If that plan comes good, a three-year business plan is drawn up, and the organisation may be eligible to join ACE’s stabilisation programme for up to five years. ACE piloted stabilisation funding in 1996 when it helped 13 organisations to develop survival strategies. The criteria cover a range of needs including business planning,

marketing, refurbishment or an overhaul of the artistic output in order to achieve a secure basis for long-term success. All groups in stabilisation are monitored closely and only receive further funding tranches against milestones achieved. Many of the biggest household names in arts have benefited from the scheme at some stage, including the Royal Shakespeare Company, the Rambert Dance company, the Philharmonia Orchestra, the Halle, English National Opera and the Birmingham Symphony Orchestra.

In an important joint effort between the Arts Councils of England and Wales, the Welsh National Opera was turned around from near insolvency to its present status as one of the UK’s busiest touring companies, through the stabilisation programme. Peter Bellingham, executive director of WNO, says that over the years rising costs and a failure to keep grant income up with inflation left the company on the point of bankruptcy with a deficit of £1.5m. WNO’s first application for stabilisation funding was rejected, but it came back with a revised plan and received an award of £4.25m: 60% from ACE and the rest from the Arts Council of Wales.
Bellingham says: ‘Once we got used to the process it proved to be very useful. It was a good balance of internal self-appraisal and external critical appraisal.’ However, he says the stabilisation process was very demanding on staff time. He was seconded from his post as marketing director to become the stabilisation coordinator, making sure the company achieved its milestones.

Not surprisingly, the process caused tensions. ‘In an organisation that has a 50-year history, there will always be some people who don’t want to change,’ Bellingham says. ‘There will always be obstacles, but they are not insurmountable.’ The company took a bullish approach to its funders, telling both arts councils that one-off injections would not be sufficient: they must commit to revenue funding, too. ‘The money has allowed us to use our fixed resources to the full.’ For example, WNO has invested half a

million to develop an education and community programme called WNO MAX. The company now gives performances across Wales rather than just in the main cities, ranging from one or two members singing at an old people’s home to a series of community concerts involving up to 800 school children.
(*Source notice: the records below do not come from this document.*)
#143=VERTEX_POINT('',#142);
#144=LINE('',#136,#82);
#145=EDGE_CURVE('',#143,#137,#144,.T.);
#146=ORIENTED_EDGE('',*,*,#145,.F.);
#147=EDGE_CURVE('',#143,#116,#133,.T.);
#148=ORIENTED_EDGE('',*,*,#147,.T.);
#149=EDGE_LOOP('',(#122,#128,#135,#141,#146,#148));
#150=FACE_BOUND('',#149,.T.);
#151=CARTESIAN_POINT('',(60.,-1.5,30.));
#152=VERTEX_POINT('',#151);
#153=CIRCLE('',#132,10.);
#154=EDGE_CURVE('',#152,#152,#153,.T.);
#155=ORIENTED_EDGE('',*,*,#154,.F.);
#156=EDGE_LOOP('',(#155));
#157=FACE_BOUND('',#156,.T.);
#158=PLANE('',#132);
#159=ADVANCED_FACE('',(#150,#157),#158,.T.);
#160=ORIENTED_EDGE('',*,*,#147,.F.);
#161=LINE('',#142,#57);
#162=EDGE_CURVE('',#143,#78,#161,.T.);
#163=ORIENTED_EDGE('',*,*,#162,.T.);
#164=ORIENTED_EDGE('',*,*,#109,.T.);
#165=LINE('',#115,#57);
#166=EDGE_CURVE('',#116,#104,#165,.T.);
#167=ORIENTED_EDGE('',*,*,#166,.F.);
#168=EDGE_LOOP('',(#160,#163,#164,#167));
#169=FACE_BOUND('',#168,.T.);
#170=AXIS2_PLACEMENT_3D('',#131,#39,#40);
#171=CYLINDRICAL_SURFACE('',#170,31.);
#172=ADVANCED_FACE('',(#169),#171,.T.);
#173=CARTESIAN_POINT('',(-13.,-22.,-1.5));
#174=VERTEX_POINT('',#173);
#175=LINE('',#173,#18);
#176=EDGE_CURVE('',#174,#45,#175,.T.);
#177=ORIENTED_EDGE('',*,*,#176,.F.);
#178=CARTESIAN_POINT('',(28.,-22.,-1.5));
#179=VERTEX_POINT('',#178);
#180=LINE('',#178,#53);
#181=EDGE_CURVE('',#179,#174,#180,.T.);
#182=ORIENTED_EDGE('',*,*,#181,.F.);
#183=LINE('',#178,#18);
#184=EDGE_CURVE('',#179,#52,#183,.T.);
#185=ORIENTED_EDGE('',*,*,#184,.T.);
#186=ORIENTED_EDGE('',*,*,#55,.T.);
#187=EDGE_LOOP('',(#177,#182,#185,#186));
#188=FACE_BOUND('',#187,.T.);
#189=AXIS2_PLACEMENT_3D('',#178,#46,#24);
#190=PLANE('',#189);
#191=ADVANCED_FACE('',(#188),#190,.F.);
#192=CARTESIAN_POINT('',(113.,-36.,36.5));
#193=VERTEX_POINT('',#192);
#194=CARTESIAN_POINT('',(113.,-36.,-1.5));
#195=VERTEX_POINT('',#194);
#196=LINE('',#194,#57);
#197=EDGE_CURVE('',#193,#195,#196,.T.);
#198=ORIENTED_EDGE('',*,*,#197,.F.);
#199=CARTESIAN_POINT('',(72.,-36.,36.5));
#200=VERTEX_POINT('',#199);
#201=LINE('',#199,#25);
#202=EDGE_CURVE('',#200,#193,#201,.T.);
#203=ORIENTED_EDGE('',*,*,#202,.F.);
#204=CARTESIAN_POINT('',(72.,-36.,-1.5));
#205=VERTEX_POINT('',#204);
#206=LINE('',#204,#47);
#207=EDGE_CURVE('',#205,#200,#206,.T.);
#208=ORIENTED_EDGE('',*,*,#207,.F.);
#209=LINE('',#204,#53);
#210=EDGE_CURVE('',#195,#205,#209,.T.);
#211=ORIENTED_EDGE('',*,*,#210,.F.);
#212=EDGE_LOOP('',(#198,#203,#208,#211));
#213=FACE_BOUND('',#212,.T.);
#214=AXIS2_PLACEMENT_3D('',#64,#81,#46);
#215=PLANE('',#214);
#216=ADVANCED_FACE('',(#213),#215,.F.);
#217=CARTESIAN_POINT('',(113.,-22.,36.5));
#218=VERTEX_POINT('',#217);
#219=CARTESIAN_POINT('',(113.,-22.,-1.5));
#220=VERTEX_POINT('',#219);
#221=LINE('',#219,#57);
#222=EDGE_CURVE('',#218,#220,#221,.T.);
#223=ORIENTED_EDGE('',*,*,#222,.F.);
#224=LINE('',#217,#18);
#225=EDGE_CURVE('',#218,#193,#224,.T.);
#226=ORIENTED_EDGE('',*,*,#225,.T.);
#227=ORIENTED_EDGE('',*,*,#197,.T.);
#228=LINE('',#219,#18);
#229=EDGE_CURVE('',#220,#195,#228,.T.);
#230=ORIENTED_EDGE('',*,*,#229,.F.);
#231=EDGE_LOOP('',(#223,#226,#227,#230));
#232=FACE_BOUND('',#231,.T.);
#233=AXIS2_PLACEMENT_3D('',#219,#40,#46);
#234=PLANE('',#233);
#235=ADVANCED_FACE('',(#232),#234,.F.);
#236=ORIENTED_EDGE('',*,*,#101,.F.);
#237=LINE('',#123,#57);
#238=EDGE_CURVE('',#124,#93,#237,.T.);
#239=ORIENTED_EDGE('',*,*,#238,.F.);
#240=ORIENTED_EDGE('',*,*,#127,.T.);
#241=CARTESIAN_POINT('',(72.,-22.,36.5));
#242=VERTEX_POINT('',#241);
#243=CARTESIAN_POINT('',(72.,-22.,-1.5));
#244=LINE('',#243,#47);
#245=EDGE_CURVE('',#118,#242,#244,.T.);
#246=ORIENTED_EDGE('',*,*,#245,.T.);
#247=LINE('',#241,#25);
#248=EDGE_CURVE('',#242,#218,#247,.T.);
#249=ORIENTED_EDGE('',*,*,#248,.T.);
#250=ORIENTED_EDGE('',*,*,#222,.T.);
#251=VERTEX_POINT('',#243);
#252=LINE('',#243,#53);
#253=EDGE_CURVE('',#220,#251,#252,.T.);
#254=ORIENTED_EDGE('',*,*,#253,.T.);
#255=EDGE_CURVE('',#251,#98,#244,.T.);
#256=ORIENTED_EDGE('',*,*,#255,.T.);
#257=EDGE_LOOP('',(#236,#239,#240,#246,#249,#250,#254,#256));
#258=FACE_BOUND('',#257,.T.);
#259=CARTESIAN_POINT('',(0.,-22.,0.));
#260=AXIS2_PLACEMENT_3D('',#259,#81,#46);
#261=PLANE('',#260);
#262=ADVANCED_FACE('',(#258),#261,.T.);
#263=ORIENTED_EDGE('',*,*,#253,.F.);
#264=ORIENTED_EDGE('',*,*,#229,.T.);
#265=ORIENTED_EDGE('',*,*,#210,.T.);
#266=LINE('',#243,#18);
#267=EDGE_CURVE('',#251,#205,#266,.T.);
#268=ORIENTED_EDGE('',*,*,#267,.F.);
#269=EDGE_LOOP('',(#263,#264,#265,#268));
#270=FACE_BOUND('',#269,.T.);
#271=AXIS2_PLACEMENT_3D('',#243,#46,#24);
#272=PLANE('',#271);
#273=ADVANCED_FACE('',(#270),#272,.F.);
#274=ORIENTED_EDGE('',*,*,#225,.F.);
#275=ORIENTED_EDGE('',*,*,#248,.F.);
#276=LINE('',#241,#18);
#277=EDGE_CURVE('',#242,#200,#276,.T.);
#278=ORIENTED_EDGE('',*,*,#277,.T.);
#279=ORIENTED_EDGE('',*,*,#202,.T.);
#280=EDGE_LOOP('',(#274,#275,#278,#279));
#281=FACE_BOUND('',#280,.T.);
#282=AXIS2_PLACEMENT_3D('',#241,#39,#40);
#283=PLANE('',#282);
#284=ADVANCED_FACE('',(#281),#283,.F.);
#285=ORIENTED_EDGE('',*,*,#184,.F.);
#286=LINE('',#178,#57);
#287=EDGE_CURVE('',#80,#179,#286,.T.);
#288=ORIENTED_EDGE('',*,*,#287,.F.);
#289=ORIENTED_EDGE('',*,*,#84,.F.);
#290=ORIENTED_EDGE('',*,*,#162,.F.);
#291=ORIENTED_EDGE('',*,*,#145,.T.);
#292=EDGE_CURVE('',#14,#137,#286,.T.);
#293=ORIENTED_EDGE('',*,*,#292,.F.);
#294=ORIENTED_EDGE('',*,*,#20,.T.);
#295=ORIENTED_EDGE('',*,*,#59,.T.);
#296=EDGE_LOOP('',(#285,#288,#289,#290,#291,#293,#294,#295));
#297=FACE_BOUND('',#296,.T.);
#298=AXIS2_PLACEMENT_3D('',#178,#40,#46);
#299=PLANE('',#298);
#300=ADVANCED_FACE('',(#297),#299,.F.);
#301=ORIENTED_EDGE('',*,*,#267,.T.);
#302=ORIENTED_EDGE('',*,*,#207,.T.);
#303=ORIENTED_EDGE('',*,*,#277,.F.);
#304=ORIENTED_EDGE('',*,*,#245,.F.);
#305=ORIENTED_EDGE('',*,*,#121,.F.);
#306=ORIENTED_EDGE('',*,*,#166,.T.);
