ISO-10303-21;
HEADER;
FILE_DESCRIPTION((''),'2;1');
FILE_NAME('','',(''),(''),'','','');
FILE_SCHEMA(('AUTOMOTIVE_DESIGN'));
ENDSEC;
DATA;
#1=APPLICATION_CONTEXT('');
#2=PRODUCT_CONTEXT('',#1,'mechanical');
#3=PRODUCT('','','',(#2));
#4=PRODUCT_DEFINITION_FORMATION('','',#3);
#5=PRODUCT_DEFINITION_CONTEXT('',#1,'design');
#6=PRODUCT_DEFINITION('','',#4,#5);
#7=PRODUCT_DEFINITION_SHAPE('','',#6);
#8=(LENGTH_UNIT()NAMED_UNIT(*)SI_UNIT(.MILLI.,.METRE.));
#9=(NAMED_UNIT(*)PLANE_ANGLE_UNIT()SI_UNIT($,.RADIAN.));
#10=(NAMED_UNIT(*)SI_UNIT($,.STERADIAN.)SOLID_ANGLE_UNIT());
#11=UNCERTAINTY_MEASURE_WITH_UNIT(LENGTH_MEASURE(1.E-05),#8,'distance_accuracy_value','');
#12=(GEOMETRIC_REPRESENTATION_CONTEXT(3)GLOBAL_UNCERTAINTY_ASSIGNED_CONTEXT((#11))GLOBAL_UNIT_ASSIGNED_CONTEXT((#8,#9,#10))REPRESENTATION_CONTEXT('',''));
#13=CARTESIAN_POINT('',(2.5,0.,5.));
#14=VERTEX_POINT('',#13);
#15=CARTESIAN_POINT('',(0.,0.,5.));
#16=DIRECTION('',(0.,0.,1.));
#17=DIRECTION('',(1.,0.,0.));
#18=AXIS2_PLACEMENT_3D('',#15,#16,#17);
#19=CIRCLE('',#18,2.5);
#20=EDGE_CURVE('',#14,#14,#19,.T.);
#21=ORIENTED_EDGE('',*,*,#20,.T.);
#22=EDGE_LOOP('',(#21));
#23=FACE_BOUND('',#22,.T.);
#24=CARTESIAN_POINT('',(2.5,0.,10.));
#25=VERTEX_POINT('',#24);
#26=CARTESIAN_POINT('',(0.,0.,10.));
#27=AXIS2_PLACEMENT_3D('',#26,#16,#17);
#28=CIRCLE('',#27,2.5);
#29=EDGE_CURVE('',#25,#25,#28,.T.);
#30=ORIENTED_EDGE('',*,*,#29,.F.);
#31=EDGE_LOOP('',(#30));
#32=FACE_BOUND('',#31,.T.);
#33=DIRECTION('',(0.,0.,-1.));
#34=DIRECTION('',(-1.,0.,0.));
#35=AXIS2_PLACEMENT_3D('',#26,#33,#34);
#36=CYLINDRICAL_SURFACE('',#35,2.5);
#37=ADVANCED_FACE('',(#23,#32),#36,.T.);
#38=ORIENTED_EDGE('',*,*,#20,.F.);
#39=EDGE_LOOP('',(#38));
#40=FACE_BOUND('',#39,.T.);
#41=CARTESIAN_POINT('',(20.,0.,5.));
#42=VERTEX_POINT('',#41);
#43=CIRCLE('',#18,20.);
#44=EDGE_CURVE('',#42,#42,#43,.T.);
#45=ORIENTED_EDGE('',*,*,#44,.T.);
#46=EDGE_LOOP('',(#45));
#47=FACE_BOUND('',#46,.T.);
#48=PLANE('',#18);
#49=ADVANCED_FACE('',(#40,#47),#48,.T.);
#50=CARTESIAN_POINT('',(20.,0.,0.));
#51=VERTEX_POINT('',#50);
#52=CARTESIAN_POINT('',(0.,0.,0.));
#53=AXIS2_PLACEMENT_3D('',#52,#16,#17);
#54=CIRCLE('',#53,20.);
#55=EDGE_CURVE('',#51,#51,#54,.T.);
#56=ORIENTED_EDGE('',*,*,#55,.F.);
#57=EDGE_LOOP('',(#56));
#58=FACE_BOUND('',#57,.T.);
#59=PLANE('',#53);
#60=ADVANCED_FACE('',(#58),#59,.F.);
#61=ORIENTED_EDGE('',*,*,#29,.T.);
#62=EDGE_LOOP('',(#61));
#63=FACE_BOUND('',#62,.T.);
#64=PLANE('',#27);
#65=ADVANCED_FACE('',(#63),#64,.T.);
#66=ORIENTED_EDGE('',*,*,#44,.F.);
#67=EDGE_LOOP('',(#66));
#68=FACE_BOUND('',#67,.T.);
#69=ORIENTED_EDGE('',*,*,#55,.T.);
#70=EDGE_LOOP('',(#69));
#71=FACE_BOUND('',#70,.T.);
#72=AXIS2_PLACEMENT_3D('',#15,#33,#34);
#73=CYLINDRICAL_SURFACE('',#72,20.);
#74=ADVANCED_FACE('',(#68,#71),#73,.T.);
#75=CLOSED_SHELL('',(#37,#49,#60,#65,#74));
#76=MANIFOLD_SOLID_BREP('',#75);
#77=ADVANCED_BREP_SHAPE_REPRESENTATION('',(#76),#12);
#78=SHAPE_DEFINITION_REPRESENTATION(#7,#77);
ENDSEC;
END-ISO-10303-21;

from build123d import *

# Parameters (mm, degrees)
CROQUIS2_R              = 20
SALIENTE_EXTRUIR2_DEPTH = 5
CROQUIS3_R              = 2.5
SALIENTE_EXTRUIR4_DEPTH = 5


with BuildPart() as part:
    # Croquis2 → Saliente-Extruir2 (new body)
    with BuildSketch(Plane.XY):
        Circle(CROQUIS2_R)
    extrude(amount=SALIENTE_EXTRUIR2_DEPTH)

    # Croquis3 → Saliente-Extruir4 (add)
    with BuildSketch(Plane.XY.offset(5)):
        Circle(CROQUIS3_R)
    extrude(amount=SALIENTE_EXTRUIR4_DEPTH)


solid = part.part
To anyone contemplating applying for recovery or stabilisation funding, Bellingham says: ‘You have to be prepared to change. If you just see it as a pot of money, it won’t work.’ The Place, a contemporary dance centre in London, had been living hand to mouth before it was accepted on to the stabilisation programme. It also had minimal infrastructure with no computer networks or even a caretaker for the building. ACE awarded £1.8m over four years. Sue Hoyle, the Place’s executive director, says: ‘It gave us an opportunity to think bigger and acquire confidence. We have become more outward focused and developed more partnerships.’ 
The money is being invested in the artistic programme and areas such as rebranding, marketing and customer care, staff training and development and IT.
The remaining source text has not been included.